[[ Entries supplied open ]]
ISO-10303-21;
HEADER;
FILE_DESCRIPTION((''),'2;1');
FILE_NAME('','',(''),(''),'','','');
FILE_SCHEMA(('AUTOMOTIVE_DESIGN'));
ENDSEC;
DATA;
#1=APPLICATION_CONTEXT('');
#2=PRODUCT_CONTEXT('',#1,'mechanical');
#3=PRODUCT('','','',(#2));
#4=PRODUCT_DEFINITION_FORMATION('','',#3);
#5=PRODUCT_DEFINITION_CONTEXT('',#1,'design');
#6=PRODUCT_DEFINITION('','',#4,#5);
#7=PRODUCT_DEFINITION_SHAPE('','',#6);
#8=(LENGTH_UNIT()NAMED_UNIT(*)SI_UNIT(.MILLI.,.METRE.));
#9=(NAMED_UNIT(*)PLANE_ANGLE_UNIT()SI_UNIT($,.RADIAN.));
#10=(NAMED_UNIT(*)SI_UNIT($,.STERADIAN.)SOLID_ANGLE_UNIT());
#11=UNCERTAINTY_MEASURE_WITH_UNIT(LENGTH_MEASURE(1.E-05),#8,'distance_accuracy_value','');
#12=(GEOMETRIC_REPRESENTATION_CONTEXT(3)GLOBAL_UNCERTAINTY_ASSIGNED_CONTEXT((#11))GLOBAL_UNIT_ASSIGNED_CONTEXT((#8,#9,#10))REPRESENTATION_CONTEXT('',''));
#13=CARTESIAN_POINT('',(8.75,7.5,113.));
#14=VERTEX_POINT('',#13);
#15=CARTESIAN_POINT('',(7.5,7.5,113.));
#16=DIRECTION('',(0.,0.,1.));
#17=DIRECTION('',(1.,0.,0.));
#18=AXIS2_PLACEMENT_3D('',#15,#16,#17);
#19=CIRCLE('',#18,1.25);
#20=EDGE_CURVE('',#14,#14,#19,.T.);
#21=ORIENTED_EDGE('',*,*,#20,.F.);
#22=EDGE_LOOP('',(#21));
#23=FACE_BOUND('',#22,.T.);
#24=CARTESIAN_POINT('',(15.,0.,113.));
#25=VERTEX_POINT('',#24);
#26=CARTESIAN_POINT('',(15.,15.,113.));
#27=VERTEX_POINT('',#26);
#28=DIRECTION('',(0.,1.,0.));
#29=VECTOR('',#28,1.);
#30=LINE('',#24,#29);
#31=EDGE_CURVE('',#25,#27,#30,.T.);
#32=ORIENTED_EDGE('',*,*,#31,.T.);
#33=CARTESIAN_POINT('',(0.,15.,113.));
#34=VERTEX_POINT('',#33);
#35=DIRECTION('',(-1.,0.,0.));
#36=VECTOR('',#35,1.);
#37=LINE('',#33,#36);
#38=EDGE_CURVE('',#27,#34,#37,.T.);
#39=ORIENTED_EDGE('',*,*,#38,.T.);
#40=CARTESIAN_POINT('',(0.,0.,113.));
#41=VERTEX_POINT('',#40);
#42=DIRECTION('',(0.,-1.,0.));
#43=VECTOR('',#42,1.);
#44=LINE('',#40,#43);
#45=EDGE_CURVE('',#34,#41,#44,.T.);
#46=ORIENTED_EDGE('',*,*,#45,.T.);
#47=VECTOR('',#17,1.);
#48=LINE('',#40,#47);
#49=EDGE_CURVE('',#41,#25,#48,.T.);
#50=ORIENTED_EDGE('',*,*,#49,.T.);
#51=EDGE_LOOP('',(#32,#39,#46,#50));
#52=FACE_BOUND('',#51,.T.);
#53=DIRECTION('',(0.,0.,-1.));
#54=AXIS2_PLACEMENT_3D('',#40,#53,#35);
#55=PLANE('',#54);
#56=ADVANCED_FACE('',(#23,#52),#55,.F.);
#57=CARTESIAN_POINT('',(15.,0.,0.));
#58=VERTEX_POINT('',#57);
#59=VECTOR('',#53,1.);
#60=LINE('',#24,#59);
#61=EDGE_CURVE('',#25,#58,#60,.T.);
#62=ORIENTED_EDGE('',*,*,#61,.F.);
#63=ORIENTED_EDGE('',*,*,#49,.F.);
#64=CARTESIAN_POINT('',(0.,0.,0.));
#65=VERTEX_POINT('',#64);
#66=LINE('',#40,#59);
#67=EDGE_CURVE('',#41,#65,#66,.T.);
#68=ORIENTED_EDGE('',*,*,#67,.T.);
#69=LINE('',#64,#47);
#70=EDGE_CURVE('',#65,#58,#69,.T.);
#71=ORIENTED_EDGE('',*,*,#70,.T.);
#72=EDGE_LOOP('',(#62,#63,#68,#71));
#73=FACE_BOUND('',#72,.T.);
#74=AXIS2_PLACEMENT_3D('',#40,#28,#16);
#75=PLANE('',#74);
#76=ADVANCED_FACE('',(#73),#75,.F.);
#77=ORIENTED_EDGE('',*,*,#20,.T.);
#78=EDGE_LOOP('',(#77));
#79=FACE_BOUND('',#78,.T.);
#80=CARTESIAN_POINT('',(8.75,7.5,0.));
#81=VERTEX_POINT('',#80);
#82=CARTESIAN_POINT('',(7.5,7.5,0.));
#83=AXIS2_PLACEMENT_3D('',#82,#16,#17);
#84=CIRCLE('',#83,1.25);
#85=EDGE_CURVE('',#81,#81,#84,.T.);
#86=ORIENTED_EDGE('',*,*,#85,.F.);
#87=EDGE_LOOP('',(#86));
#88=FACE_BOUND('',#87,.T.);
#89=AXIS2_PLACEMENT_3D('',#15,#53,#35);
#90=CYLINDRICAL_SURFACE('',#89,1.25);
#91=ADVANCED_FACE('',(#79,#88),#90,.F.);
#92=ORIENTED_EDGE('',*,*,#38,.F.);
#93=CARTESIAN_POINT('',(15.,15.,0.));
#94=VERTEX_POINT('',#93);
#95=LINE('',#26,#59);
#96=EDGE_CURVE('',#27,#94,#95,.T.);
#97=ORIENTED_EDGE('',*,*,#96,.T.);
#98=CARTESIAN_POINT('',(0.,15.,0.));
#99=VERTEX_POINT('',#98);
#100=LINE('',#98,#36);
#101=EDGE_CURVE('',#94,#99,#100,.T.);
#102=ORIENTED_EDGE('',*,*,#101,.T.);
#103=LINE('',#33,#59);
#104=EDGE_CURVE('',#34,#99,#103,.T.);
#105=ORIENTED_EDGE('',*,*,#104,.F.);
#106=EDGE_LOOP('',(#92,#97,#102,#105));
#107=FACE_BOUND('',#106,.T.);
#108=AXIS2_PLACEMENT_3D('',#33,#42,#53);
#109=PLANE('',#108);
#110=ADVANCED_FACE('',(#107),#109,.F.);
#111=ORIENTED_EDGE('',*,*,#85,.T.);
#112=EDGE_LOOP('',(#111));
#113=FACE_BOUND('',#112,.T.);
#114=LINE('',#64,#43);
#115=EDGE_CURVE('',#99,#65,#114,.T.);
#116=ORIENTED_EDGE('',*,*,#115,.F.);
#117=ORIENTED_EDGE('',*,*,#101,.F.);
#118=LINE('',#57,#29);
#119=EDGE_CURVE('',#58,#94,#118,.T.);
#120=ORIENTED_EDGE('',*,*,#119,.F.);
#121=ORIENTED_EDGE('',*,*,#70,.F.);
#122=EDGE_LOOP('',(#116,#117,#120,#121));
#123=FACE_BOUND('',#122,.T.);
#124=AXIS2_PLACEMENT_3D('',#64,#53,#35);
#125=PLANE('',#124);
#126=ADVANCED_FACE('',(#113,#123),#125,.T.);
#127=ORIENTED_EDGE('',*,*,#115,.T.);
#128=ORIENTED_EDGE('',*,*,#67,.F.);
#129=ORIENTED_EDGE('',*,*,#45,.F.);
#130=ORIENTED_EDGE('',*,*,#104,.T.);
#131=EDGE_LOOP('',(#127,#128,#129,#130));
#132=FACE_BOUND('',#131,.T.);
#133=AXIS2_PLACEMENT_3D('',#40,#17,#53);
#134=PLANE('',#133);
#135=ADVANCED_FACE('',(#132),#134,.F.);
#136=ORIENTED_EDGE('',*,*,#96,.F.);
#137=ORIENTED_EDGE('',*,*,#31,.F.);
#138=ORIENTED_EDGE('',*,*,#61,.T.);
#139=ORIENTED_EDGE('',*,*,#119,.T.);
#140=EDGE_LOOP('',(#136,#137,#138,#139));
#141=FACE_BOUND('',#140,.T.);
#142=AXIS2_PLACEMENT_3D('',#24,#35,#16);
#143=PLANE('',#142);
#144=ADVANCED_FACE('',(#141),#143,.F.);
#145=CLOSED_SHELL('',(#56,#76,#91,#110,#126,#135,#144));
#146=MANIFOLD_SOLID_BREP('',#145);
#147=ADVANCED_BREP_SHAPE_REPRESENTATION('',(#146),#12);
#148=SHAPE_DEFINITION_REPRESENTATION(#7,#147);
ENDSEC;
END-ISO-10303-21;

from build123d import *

# Parameters (mm, degrees)
ESQUISSE1_W        = 15
ESQUISSE1_H        = 15
ESQUISSE1_R        = 1.25
BOSS_EXTRU_1_DEPTH = 113


with BuildPart() as part:
    # Esquisse1 → Boss.-Extru.1 (new body)
    with BuildSketch(Plane.XY):
        with Locations((7.5, 7.5)):
            Rectangle(ESQUISSE1_W, ESQUISSE1_H)
        with Locations((7.5, 7.5)):
            Circle(ESQUISSE1_R, mode=Mode.SUBTRACT)
    extrude(amount=BOSS_EXTRU_1_DEPTH)


solid = part.part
[[ Entries supplied closed ]]
§ **What is being asked**:
From the data above, reproduce word for word the lines running from the line with "#69=LINE('',#64,#47);" to the line with "#115=EDGE_CURVE('',#99,#65,#114,.T.);", ends included.

§ **Written solution**:
#69=LINE('',#64,#47);
#70=EDGE_CURVE('',#65,#58,#69,.T.);
#71=ORIENTED_EDGE('',*,*,#70,.T.);
#72=EDGE_LOOP('',(#62,#63,#68,#71));
#73=FACE_BOUND('',#72,.T.);
#74=AXIS2_PLACEMENT_3D('',#40,#28,#16);
#75=PLANE('',#74);
#76=ADVANCED_FACE('',(#73),#75,.F.);
#77=ORIENTED_EDGE('',*,*,#20,.T.);
#78=EDGE_LOOP('',(#77));
#79=FACE_BOUND('',#78,.T.);
#80=CARTESIAN_POINT('',(8.75,7.5,0.));
#81=VERTEX_POINT('',#80);
#82=CARTESIAN_POINT('',(7.5,7.5,0.));
#83=AXIS2_PLACEMENT_3D('',#82,#16,#17);
#84=CIRCLE('',#83,1.25);
#85=EDGE_CURVE('',#81,#81,#84,.T.);
#86=ORIENTED_EDGE('',*,*,#85,.F.);
#87=EDGE_LOOP('',(#86));
#88=FACE_BOUND('',#87,.T.);
#89=AXIS2_PLACEMENT_3D('',#15,#53,#35);
#90=CYLINDRICAL_SURFACE('',#89,1.25);
#91=ADVANCED_FACE('',(#79,#88),#90,.F.);
#92=ORIENTED_EDGE('',*,*,#38,.F.);
#93=CARTESIAN_POINT('',(15.,15.,0.));
#94=VERTEX_POINT('',#93);
#95=LINE('',#26,#59);
#96=EDGE_CURVE('',#27,#94,#95,.T.);
#97=ORIENTED_EDGE('',*,*,#96,.T.);
#98=CARTESIAN_POINT('',(0.,15.,0.));
#99=VERTEX_POINT('',#98);
#100=LINE('',#98,#36);
#101=EDGE_CURVE('',#94,#99,#100,.T.);
#102=ORIENTED_EDGE('',*,*,#101,.T.);
#103=LINE('',#33,#59);
#104=EDGE_CURVE('',#34,#99,#103,.T.);
#105=ORIENTED_EDGE('',*,*,#104,.F.);
#106=EDGE_LOOP('',(#92,#97,#102,#105));
#107=FACE_BOUND('',#106,.T.);
#108=AXIS2_PLACEMENT_3D('',#33,#42,#53);
#109=PLANE('',#108);
#110=ADVANCED_FACE('',(#107),#109,.F.);
#111=ORIENTED_EDGE('',*,*,#85,.T.);
#112=EDGE_LOOP('',(#111));
#113=FACE_BOUND('',#112,.T.);
#114=LINE('',#64,#43);
#115=EDGE_CURVE('',#99,#65,#114,.T.);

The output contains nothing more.